I am in El Paso, Texas, for a conference entitled “The Border: A Region of Promise.” It’s being hosted by the Border Philanthropy Partnership and the Frontera Asset Building Network.
From my hotel window I can see the border fence with Ciudad Juarez, and a residential neighborhood that starts shortly behind it and ascends the slope of a mountain. On the side of the mountain are painted, in big white letters and in Spanish, the words: “Ciudad Juarez. The Bible is the truth. Read it.”
The words are a bit disconcerting, considering that beneath them sprawls the city that holds the inglorious distinction of being Mexico’s murder capital. Drug violence has been the cause of more than 3,000 deaths there since the start of last year.
And there’s the fence itself. This is the first border town I’ve visited outside of San Diego. I flew a long way to get here, and the desert was vast. Looking out the window it’s baffling that the rusted fence I see is the same one I wrote about a couple of months ago in San Diego, more than 700 miles away.

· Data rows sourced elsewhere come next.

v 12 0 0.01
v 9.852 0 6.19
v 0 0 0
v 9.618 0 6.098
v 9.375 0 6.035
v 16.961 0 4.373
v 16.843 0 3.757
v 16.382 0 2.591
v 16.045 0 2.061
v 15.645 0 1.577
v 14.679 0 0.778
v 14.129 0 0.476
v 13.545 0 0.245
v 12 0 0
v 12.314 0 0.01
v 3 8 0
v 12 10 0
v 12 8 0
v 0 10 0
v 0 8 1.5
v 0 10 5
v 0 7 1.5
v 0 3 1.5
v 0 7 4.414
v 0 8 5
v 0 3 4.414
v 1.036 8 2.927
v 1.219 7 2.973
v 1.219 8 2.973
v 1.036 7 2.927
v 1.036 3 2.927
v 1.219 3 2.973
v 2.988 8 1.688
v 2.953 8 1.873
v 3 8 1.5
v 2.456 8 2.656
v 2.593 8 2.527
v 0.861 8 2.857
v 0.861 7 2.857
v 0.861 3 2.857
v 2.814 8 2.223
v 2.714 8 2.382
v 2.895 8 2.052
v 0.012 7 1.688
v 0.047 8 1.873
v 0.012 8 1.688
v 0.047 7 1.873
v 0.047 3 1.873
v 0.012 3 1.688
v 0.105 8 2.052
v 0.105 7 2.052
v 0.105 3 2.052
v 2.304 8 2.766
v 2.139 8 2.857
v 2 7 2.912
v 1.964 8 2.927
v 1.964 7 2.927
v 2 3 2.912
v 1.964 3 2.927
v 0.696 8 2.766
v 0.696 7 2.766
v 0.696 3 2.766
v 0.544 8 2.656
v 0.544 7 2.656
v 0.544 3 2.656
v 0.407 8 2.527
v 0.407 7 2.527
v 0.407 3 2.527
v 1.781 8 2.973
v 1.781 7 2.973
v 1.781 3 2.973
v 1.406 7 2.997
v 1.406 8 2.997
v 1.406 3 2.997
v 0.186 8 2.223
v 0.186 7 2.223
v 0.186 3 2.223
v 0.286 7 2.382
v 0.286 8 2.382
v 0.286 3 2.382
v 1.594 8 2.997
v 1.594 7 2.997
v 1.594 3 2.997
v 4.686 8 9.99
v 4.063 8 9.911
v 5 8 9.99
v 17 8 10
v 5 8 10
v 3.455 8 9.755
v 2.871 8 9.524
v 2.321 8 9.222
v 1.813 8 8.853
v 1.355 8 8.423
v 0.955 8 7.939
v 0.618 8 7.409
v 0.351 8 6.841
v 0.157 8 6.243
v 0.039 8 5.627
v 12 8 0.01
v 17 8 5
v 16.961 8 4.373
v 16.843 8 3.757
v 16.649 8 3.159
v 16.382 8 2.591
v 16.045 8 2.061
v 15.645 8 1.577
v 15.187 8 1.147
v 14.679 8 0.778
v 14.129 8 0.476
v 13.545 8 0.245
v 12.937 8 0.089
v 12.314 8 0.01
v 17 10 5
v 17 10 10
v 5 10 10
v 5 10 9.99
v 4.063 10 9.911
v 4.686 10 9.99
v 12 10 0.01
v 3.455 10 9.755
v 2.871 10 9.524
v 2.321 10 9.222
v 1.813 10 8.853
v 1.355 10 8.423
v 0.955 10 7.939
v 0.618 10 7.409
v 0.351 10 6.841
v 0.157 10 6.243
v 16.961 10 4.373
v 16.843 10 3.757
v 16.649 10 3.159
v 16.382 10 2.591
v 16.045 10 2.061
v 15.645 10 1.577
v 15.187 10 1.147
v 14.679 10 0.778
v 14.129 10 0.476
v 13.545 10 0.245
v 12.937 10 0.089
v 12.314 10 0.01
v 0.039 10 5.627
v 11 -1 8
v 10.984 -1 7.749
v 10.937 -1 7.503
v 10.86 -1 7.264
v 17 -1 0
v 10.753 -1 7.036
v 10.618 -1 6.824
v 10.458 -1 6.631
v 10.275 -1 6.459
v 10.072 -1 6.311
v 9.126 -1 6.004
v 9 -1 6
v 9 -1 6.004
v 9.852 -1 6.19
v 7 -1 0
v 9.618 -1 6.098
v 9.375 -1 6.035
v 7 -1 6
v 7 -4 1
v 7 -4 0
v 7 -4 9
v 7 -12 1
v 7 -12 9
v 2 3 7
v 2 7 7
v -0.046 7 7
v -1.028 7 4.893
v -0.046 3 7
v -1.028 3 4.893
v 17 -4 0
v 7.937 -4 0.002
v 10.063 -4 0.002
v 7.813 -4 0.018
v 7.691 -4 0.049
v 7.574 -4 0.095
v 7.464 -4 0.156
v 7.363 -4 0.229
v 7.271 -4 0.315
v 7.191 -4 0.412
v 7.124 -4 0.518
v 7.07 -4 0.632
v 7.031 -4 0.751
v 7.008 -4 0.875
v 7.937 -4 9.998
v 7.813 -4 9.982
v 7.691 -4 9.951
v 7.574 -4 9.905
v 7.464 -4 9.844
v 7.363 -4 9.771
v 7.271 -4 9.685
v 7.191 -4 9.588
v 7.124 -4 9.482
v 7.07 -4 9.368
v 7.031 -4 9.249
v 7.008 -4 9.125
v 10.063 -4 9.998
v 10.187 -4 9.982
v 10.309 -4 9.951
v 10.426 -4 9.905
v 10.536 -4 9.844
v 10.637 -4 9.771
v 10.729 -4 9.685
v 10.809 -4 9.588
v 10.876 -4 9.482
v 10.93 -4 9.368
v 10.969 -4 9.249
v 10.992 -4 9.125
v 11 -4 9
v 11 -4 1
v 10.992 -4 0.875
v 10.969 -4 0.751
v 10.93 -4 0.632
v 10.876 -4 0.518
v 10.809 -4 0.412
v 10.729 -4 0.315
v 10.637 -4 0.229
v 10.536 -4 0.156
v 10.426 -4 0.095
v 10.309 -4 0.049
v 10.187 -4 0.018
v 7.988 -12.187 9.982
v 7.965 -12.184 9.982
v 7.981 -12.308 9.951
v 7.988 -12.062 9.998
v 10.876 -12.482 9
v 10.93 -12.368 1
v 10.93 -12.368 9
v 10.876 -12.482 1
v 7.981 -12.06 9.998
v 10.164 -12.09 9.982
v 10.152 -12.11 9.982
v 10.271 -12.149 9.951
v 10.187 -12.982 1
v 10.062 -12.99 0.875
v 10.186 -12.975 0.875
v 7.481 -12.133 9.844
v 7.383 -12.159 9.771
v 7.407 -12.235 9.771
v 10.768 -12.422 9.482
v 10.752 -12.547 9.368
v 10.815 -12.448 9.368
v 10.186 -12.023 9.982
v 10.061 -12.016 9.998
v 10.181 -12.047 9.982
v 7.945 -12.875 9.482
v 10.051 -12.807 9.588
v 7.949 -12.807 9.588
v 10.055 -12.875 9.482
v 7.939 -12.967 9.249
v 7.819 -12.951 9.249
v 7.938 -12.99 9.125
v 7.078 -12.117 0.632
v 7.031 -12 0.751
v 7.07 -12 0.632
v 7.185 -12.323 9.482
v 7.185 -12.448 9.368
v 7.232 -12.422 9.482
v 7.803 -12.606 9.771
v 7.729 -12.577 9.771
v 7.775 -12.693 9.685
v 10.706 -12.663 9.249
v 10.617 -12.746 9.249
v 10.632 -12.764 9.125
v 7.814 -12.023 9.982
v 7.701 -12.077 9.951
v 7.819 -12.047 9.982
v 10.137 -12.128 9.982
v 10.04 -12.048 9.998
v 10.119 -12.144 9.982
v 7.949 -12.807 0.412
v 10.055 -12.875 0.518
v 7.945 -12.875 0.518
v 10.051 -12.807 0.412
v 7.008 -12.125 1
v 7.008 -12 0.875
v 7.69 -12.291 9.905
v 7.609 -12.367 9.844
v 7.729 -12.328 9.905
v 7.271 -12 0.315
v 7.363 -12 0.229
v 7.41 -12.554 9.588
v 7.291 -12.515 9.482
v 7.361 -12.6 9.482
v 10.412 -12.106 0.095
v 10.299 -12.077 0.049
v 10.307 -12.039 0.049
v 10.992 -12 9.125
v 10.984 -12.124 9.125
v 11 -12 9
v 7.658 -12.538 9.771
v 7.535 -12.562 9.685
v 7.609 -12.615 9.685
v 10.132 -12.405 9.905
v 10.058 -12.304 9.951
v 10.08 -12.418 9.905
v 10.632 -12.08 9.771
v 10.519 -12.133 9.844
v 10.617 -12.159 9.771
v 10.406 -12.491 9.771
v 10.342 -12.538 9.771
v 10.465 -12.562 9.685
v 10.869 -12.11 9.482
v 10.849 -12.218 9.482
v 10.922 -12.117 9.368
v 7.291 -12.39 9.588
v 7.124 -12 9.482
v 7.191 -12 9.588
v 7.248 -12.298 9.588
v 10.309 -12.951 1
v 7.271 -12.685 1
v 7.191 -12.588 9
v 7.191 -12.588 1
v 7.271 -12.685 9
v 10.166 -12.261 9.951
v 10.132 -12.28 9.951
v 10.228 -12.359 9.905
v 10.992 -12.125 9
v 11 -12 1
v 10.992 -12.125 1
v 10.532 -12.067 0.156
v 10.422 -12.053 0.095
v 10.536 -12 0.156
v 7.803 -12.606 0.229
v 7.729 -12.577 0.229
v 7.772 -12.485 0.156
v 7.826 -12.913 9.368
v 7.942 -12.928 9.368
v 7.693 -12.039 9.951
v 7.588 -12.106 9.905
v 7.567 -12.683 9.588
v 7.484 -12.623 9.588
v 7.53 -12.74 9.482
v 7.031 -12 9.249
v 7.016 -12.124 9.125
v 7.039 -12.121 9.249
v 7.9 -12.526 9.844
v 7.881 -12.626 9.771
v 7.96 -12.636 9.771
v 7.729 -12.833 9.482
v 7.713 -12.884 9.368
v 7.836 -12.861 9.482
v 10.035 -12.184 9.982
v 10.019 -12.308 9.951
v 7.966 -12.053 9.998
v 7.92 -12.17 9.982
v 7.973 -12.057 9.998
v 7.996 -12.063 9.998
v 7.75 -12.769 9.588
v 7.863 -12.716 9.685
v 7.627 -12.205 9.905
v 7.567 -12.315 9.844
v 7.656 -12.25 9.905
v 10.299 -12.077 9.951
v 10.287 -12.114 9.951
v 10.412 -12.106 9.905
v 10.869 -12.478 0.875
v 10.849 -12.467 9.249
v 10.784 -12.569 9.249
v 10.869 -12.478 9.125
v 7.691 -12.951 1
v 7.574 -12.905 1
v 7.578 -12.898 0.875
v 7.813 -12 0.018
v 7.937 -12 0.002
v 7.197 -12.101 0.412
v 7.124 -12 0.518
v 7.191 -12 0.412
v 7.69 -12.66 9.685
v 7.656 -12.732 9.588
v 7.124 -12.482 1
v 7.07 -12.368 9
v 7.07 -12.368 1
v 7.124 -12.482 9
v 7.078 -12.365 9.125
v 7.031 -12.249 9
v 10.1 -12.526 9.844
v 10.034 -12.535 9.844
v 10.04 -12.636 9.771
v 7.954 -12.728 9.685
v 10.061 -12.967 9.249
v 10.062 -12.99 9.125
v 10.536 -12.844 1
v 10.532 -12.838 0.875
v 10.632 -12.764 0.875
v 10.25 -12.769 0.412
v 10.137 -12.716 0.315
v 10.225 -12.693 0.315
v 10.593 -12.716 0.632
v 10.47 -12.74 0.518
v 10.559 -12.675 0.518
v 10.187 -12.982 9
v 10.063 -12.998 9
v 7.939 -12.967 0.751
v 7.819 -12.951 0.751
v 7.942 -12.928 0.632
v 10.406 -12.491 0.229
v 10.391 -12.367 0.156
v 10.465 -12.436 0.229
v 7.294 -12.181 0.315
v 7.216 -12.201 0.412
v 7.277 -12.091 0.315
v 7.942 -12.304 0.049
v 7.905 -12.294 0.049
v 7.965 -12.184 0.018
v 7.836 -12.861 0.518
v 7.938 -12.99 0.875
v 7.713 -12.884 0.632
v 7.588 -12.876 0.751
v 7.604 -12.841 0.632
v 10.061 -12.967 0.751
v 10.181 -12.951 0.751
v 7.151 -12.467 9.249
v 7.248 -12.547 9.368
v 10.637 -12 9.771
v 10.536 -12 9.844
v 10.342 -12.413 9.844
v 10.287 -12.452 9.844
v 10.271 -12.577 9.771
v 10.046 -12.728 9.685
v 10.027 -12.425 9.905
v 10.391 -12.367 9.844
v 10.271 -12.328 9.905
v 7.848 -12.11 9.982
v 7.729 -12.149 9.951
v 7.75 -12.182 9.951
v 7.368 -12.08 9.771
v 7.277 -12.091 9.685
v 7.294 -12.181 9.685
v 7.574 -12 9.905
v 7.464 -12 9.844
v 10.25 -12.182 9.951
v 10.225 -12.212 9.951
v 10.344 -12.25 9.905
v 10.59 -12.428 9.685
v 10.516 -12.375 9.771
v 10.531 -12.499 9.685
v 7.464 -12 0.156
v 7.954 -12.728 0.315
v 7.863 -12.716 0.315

So there are those images, which are certainly powerful and unsettling ones, and which have come to define the perception of the borderlands in San Diego and the rest of the Southwest for many Americans.
But then there are the ones that I heard so eloquently expressed today, during the first day of the conference that has convened leaders of civil society both in the United States and Mexico’s border regions. They are trying to promote opportunity for trans-border exchanges of language, community, commerce, ideas, and innovation.
I have met people from California, Arizona, New Mexico, and Texas who believe in the words “hopeful,” “culture” and “beauty,” and who think you have to believe in those words if you are to create good out of a region often feared, and convince skeptics that it’s possible.
There are grant makers, community health promoters, education advocates, housing providers, and even a few journalists who want to dwell on the border’s untold stories. I’m coming away with some interesting future story ideas of my own.
What are your thoughts on the untold stories of San Diego’s border? What should I be asking about while I’m here, among people who believe there’s more to the border than a rusted fence meant to keep weapons, drugs, and people out?